Task objective: Reprint every line of the data, keeping each character intact.

Stored items
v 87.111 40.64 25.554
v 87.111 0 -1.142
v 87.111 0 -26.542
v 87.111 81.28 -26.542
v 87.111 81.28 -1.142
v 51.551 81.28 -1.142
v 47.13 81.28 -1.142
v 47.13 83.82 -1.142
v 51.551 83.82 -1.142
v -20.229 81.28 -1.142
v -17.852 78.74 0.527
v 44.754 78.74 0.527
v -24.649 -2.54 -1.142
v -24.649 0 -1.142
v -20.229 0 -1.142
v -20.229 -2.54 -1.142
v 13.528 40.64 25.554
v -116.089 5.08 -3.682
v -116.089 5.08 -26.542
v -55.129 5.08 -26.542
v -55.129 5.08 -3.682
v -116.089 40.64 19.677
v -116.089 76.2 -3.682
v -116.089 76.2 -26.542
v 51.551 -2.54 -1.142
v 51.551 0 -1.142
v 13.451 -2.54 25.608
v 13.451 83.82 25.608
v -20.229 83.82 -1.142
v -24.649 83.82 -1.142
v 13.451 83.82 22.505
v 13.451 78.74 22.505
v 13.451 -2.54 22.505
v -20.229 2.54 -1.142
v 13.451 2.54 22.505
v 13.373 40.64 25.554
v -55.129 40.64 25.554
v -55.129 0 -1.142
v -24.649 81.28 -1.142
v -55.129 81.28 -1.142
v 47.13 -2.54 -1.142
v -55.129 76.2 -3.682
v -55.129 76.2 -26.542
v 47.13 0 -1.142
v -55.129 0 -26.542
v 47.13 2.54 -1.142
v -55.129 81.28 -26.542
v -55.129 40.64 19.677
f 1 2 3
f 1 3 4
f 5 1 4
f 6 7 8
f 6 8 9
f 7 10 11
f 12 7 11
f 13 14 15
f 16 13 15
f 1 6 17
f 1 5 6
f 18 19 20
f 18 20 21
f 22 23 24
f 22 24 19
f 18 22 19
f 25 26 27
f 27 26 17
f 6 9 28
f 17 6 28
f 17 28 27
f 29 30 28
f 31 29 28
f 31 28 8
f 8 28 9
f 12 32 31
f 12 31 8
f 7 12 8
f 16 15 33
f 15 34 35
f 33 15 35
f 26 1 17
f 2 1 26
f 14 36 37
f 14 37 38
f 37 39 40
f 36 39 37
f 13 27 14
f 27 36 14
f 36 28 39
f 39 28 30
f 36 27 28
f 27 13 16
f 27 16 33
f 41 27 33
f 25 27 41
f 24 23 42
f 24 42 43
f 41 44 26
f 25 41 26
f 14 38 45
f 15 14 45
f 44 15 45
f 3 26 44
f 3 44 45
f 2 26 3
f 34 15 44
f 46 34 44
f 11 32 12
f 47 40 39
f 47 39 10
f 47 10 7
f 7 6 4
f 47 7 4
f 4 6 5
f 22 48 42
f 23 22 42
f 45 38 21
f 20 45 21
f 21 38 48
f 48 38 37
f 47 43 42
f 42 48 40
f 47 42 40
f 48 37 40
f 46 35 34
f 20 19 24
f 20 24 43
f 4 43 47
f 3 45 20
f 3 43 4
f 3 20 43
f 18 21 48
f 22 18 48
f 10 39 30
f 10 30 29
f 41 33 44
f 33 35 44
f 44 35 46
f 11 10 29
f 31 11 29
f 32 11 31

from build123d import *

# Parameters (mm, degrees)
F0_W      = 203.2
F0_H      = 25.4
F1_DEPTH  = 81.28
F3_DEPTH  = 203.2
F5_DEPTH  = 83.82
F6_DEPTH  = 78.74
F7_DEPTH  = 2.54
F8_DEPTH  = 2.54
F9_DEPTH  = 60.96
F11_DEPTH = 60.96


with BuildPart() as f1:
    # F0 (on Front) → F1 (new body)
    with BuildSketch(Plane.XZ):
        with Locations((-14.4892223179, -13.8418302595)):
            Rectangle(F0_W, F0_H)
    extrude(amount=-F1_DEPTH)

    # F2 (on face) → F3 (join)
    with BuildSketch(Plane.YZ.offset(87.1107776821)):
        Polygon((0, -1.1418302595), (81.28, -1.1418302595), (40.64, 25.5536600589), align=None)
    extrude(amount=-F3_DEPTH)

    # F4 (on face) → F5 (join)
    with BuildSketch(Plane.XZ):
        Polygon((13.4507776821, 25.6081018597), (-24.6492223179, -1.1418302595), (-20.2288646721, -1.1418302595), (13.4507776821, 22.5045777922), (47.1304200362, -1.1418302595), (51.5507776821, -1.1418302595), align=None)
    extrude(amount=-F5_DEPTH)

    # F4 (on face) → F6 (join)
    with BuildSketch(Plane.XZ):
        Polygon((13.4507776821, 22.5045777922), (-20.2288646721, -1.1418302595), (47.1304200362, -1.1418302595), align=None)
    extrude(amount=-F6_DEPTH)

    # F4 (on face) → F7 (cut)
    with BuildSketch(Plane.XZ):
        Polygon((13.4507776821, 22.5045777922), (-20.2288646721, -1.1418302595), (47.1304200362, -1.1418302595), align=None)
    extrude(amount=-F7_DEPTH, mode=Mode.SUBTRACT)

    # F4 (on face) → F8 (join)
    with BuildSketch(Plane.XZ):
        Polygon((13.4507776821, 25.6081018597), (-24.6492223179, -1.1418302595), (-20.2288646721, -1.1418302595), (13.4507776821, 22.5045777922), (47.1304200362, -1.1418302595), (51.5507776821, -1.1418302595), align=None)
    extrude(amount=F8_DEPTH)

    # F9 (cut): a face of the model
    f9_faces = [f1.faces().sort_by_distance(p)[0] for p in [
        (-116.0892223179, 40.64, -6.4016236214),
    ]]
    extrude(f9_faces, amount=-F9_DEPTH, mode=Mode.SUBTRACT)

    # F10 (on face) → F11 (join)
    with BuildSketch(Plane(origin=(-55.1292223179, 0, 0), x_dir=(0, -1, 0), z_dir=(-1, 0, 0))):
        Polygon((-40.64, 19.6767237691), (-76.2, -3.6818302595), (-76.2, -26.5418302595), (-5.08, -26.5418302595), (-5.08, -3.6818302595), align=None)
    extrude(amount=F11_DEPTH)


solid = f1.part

Completed exercise:
v 87.111 40.64 25.554
v 87.111 0 -1.142
v 87.111 0 -26.542
v 87.111 81.28 -26.542
v 87.111 81.28 -1.142
v 51.551 81.28 -1.142
v 47.13 81.28 -1.142
v 47.13 83.82 -1.142
v 51.551 83.82 -1.142
v -20.229 81.28 -1.142
v -17.852 78.74 0.527
v 44.754 78.74 0.527
v -24.649 -2.54 -1.142
v -24.649 0 -1.142
v -20.229 0 -1.142
v -20.229 -2.54 -1.142
v 13.528 40.64 25.554
v -116.089 5.08 -3.682
v -116.089 5.08 -26.542
v -55.129 5.08 -26.542
v -55.129 5.08 -3.682
v -116.089 40.64 19.677
v -116.089 76.2 -3.682
v -116.089 76.2 -26.542
v 51.551 -2.54 -1.142
v 51.551 0 -1.142
v 13.451 -2.54 25.608
v 13.451 83.82 25.608
v -20.229 83.82 -1.142
v -24.649 83.82 -1.142
v 13.451 83.82 22.505
v 13.451 78.74 22.505
v 13.451 -2.54 22.505
v -20.229 2.54 -1.142
v 13.451 2.54 22.505
v 13.373 40.64 25.554
v -55.129 40.64 25.554
v -55.129 0 -1.142
v -24.649 81.28 -1.142
v -55.129 81.28 -1.142
v 47.13 -2.54 -1.142
v -55.129 76.2 -3.682
v -55.129 76.2 -26.542
v 47.13 0 -1.142
v -55.129 0 -26.542
v 47.13 2.54 -1.142
v -55.129 81.28 -26.542
v -55.129 40.64 19.677
f 1 2 3
f 1 3 4
f 5 1 4
f 6 7 8
f 6 8 9
f 7 10 11
f 12 7 11
f 13 14 15
f 16 13 15
f 1 6 17
f 1 5 6
f 18 19 20
f 18 20 21
f 22 23 24
f 22 24 19
f 18 22 19
f 25 26 27
f 27 26 17
f 6 9 28
f 17 6 28
f 17 28 27
f 29 30 28
f 31 29 28
f 31 28 8
f 8 28 9
f 12 32 31
f 12 31 8
f 7 12 8
f 16 15 33
f 15 34 35
f 33 15 35
f 26 1 17
f 2 1 26
f 14 36 37
f 14 37 38
f 37 39 40
f 36 39 37
f 13 27 14
f 27 36 14
f 36 28 39
f 39 28 30
f 36 27 28
f 27 13 16
f 27 16 33
f 41 27 33
f 25 27 41
f 24 23 42
f 24 42 43
f 41 44 26
f 25 41 26
f 14 38 45
f 15 14 45
f 44 15 45
f 3 26 44
f 3 44 45
f 2 26 3
f 34 15 44
f 46 34 44
f 11 32 12
f 47 40 39
f 47 39 10
f 47 10 7
f 7 6 4
f 47 7 4
f 4 6 5
f 22 48 42
f 23 22 42
f 45 38 21
f 20 45 21
f 21 38 48
f 48 38 37
f 47 43 42
f 42 48 40
f 47 42 40
f 48 37 40
f 46 35 34
f 20 19 24
f 20 24 43
f 4 43 47
f 3 45 20
f 3 43 4
f 3 20 43
f 18 21 48
f 22 18 48
f 10 39 30
f 10 30 29
f 41 33 44
f 33 35 44
f 44 35 46
f 11 10 29
f 31 11 29
f 32 11 31

from build123d import *

# Parameters (mm, degrees)
F0_W      = 203.2
F0_H      = 25.4
F1_DEPTH  = 81.28
F3_DEPTH  = 203.2
F5_DEPTH  = 83.82
F6_DEPTH  = 78.74
F7_DEPTH  = 2.54
F8_DEPTH  = 2.54
F9_DEPTH  = 60.96
F11_DEPTH = 60.96


with BuildPart() as f1:
    # F0 (on Front) → F1 (new body)
    with BuildSketch(Plane.XZ):
        with Locations((-14.4892223179, -13.8418302595)):
            Rectangle(F0_W, F0_H)
    extrude(amount=-F1_DEPTH)

    # F2 (on face) → F3 (join)
    with BuildSketch(Plane.YZ.offset(87.1107776821)):
        Polygon((0, -1.1418302595), (81.28, -1.1418302595), (40.64, 25.5536600589), align=None)
    extrude(amount=-F3_DEPTH)

    # F4 (on face) → F5 (join)
    with BuildSketch(Plane.XZ):
        Polygon((13.4507776821, 25.6081018597), (-24.6492223179, -1.1418302595), (-20.2288646721, -1.1418302595), (13.4507776821, 22.5045777922), (47.1304200362, -1.1418302595), (51.5507776821, -1.1418302595), align=None)
    extrude(amount=-F5_DEPTH)

    # F4 (on face) → F6 (join)
    with BuildSketch(Plane.XZ):
        Polygon((13.4507776821, 22.5045777922), (-20.2288646721, -1.1418302595), (47.1304200362, -1.1418302595), align=None)
    extrude(amount=-F6_DEPTH)

    # F4 (on face) → F7 (cut)
    with BuildSketch(Plane.XZ):
        Polygon((13.4507776821, 22.5045777922), (-20.2288646721, -1.1418302595), (47.1304200362, -1.1418302595), align=None)
    extrude(amount=-F7_DEPTH, mode=Mode.SUBTRACT)

    # F4 (on face) → F8 (join)
    with BuildSketch(Plane.XZ):
        Polygon((13.4507776821, 25.6081018597), (-24.6492223179, -1.1418302595), (-20.2288646721, -1.1418302595), (13.4507776821, 22.5045777922), (47.1304200362, -1.1418302595), (51.5507776821, -1.1418302595), align=None)
    extrude(amount=F8_DEPTH)

    # F9 (cut): a face of the model
    f9_faces = [f1.faces().sort_by_distance(p)[0] for p in [
        (-116.0892223179, 40.64, -6.4016236214),
    ]]
    extrude(f9_faces, amount=-F9_DEPTH, mode=Mode.SUBTRACT)

    # F10 (on face) → F11 (join)
    with BuildSketch(Plane(origin=(-55.1292223179, 0, 0), x_dir=(0, -1, 0), z_dir=(-1, 0, 0))):
        Polygon((-40.64, 19.6767237691), (-76.2, -3.6818302595), (-76.2, -26.5418302595), (-5.08, -26.5418302595), (-5.08, -3.6818302595), align=None)
    extrude(amount=F11_DEPTH)


solid = f1.part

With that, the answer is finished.